> **Directions**: Of the lines below, write out exactly those from the line with "v 0 26.844 -146.171" through the line with "v -1200 21.044 -151.553", both included, and skip the rest.

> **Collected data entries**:

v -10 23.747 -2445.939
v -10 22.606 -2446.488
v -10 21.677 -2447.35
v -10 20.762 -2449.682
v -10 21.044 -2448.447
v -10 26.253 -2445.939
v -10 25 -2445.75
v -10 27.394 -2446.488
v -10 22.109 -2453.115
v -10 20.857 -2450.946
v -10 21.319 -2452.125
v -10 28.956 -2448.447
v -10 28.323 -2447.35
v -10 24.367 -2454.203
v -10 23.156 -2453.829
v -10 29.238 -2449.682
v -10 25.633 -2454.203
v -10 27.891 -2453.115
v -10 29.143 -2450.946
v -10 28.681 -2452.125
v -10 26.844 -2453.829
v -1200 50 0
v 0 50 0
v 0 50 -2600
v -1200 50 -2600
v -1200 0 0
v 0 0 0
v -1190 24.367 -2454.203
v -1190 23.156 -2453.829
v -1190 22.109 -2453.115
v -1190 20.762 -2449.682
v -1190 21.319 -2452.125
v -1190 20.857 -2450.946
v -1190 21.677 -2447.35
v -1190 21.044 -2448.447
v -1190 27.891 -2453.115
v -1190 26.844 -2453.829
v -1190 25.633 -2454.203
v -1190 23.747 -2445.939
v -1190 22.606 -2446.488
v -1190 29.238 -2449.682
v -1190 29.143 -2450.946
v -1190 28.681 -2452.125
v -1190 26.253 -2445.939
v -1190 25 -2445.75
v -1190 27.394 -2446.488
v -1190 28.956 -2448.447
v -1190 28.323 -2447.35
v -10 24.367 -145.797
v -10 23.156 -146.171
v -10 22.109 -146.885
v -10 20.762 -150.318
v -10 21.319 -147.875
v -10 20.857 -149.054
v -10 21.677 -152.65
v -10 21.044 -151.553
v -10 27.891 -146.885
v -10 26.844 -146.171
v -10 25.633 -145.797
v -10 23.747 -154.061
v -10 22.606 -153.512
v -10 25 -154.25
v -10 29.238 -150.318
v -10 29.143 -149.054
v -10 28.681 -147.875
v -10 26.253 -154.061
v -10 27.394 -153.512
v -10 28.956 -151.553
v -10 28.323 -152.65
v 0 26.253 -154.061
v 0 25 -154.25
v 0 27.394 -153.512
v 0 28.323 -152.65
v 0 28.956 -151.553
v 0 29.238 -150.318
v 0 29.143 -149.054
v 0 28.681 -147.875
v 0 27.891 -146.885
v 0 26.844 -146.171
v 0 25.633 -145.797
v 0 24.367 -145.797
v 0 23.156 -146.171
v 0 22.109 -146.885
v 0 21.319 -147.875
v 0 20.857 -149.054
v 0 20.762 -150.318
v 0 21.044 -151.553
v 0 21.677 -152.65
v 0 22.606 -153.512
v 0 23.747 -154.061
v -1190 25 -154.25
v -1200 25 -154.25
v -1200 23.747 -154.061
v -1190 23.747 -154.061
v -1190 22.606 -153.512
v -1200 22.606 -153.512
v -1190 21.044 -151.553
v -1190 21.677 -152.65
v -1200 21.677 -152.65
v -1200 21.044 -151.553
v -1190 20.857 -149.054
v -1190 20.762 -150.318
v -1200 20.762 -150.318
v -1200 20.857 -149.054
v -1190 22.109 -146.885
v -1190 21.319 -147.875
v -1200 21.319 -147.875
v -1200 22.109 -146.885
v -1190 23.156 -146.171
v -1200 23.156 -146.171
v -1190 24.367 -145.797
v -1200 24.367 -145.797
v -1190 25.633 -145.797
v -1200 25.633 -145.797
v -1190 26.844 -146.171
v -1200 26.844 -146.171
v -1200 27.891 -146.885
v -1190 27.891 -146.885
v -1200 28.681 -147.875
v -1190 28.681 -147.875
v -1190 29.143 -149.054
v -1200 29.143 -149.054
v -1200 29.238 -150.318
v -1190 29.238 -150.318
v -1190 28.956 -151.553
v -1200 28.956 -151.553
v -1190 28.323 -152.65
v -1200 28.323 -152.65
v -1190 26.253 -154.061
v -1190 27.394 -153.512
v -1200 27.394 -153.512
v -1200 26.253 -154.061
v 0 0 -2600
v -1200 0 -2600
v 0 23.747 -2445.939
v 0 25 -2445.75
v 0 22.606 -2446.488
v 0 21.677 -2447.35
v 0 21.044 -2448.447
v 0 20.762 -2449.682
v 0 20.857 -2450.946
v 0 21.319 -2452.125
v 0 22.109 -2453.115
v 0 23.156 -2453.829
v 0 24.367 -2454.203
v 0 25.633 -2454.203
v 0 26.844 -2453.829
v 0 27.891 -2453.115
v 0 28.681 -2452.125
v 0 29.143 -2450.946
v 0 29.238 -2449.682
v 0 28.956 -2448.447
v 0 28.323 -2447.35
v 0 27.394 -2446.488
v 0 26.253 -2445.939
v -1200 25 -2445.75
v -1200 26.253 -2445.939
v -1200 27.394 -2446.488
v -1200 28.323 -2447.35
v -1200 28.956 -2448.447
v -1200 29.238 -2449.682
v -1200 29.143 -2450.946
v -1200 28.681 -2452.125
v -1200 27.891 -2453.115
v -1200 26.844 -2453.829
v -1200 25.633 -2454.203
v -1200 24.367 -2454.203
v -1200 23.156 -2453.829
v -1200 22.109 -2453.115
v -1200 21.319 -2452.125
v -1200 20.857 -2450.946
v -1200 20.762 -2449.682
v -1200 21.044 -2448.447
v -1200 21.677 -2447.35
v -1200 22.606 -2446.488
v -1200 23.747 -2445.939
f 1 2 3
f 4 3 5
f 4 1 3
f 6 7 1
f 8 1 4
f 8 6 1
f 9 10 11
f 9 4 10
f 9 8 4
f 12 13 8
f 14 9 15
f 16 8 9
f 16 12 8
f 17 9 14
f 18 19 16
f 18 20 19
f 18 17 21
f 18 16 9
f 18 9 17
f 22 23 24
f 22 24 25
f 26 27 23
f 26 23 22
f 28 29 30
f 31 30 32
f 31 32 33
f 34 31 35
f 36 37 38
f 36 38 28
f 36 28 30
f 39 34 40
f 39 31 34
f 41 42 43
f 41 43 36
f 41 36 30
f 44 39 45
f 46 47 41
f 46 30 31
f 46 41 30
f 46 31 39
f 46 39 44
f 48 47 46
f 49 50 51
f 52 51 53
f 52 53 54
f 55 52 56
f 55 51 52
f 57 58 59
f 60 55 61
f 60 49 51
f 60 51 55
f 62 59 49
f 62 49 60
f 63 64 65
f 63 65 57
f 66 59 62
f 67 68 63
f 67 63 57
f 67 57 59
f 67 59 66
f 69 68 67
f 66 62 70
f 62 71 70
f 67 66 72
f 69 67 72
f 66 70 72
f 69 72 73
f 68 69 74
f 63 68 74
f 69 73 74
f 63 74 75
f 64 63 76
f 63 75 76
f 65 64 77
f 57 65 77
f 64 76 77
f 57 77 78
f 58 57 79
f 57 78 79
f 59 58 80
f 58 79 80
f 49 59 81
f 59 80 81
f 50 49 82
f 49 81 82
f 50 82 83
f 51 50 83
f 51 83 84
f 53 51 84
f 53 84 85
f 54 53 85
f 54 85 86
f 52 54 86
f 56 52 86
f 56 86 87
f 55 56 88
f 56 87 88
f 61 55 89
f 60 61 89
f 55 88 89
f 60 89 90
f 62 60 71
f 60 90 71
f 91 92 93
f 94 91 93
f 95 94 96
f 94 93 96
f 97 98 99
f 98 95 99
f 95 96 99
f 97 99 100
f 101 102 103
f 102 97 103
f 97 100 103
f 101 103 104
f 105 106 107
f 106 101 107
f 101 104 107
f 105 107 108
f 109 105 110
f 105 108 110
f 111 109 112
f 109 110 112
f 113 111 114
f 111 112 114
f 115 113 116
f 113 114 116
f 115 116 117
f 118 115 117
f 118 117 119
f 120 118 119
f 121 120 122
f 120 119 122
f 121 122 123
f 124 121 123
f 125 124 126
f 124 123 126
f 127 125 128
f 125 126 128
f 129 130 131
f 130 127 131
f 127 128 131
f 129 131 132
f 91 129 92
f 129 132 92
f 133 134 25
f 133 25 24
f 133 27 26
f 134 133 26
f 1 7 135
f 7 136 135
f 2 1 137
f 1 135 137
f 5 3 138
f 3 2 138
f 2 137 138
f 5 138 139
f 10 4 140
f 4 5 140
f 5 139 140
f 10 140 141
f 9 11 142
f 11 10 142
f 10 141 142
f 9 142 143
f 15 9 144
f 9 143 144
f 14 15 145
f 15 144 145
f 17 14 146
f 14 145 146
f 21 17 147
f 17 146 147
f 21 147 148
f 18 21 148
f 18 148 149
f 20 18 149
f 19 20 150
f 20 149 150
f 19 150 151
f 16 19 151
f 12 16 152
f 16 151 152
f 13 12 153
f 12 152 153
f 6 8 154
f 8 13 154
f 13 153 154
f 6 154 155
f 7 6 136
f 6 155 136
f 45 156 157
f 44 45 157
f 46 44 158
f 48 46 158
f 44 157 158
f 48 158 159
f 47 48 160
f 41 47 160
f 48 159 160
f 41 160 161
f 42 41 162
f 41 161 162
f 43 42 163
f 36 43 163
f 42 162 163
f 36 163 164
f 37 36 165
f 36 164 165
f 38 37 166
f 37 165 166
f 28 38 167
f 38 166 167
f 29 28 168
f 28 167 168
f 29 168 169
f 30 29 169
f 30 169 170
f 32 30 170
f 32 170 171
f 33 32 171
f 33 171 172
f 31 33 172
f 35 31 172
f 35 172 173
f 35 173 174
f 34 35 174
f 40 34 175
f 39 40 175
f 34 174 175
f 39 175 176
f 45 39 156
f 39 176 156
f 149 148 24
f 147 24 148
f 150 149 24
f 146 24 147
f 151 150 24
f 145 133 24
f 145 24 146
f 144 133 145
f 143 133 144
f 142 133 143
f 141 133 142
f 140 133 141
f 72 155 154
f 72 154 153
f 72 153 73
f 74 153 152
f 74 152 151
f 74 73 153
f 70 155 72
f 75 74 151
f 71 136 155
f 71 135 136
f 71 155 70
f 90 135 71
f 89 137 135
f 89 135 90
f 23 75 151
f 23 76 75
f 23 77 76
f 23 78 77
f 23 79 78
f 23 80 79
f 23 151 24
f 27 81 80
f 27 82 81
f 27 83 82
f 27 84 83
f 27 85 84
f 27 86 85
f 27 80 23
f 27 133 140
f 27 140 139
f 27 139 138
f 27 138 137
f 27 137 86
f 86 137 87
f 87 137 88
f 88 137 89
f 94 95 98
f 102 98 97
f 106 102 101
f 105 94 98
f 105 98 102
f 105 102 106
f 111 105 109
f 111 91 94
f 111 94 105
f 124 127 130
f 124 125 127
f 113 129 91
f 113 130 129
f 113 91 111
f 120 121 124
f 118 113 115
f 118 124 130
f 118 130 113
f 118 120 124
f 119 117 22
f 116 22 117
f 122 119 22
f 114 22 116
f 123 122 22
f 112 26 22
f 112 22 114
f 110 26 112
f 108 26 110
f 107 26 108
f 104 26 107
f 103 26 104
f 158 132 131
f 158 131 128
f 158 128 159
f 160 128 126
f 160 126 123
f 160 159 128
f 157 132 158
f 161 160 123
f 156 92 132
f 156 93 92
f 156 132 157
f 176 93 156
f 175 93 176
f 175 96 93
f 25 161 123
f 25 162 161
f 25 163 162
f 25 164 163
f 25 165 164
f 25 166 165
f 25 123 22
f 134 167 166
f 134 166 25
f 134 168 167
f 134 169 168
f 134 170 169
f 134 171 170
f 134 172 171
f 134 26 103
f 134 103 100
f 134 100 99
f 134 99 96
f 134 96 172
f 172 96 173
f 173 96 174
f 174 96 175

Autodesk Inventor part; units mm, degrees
ref_plane "YZ Plane" through (0, 0, 0) normal (1, 0, 0) x (0, 1, 0)
sketch "Sketch1" plane through (0, 0, 0) normal (0, 1, 0) x (-1, 0, 0)
  line L0 (0, 0) -> (1200, 0)
  line L1 (1200, 0) -> (1200, -2600)
  line L2 (1200, -2600) -> (0, -2600)
  line L3 (0, -2600) -> (0, 0)
  dimension "d0" = 1200
  dimension "d1" = 2600
extrude "Extrusion1" add sketch "Sketch1" along normal blind 50
sketch "Sketch2" plane through (0, 0, 0) normal (1, 0, 0) x (0, 0, -1)
  circle A0 centre (150, 25) radius 4.25
  line L0 (2600, 0) -> (0, 0) projected
  line L1 (0, 0) -> (0, 50) projected
  dimension "d4" = 8.5
  dimension "d5" = 25
  dimension "d8" = 150
extrude "Extrusion2" cut sketch "Sketch2" against normal blind 10
ref_plane "Work Plane2" through (-1200, 0, -1300) normal (0, 0, 1) x (1, 0, 0)
ref_plane "Work Plane3" through (-600, 0, -2600) normal (-1, 0, 0) x (0, 0, 1)
mirror "Mirror1" about plane through (-1200, 0, -1300) normal (0, 0, 1) of "Extrusion2"
mirror "Mirror2" about plane through (-600, 0, -2600) normal (-1, 0, 0) of "Extrusion2", "Mirror1"
properties part number "InsulatorWallNorrowasa" material "Polyethylene, Low Density"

> **Answer section**:
v 0 26.844 -146.171
v 0 25.633 -145.797
v 0 24.367 -145.797
v 0 23.156 -146.171
v 0 22.109 -146.885
v 0 21.319 -147.875
v 0 20.857 -149.054
v 0 20.762 -150.318
v 0 21.044 -151.553
v 0 21.677 -152.65
v 0 22.606 -153.512
v 0 23.747 -154.061
v -1190 25 -154.25
v -1200 25 -154.25
v -1200 23.747 -154.061
v -1190 23.747 -154.061
v -1190 22.606 -153.512
v -1200 22.606 -153.512
v -1190 21.044 -151.553
v -1190 21.677 -152.65
v -1200 21.677 -152.65
v -1200 21.044 -151.553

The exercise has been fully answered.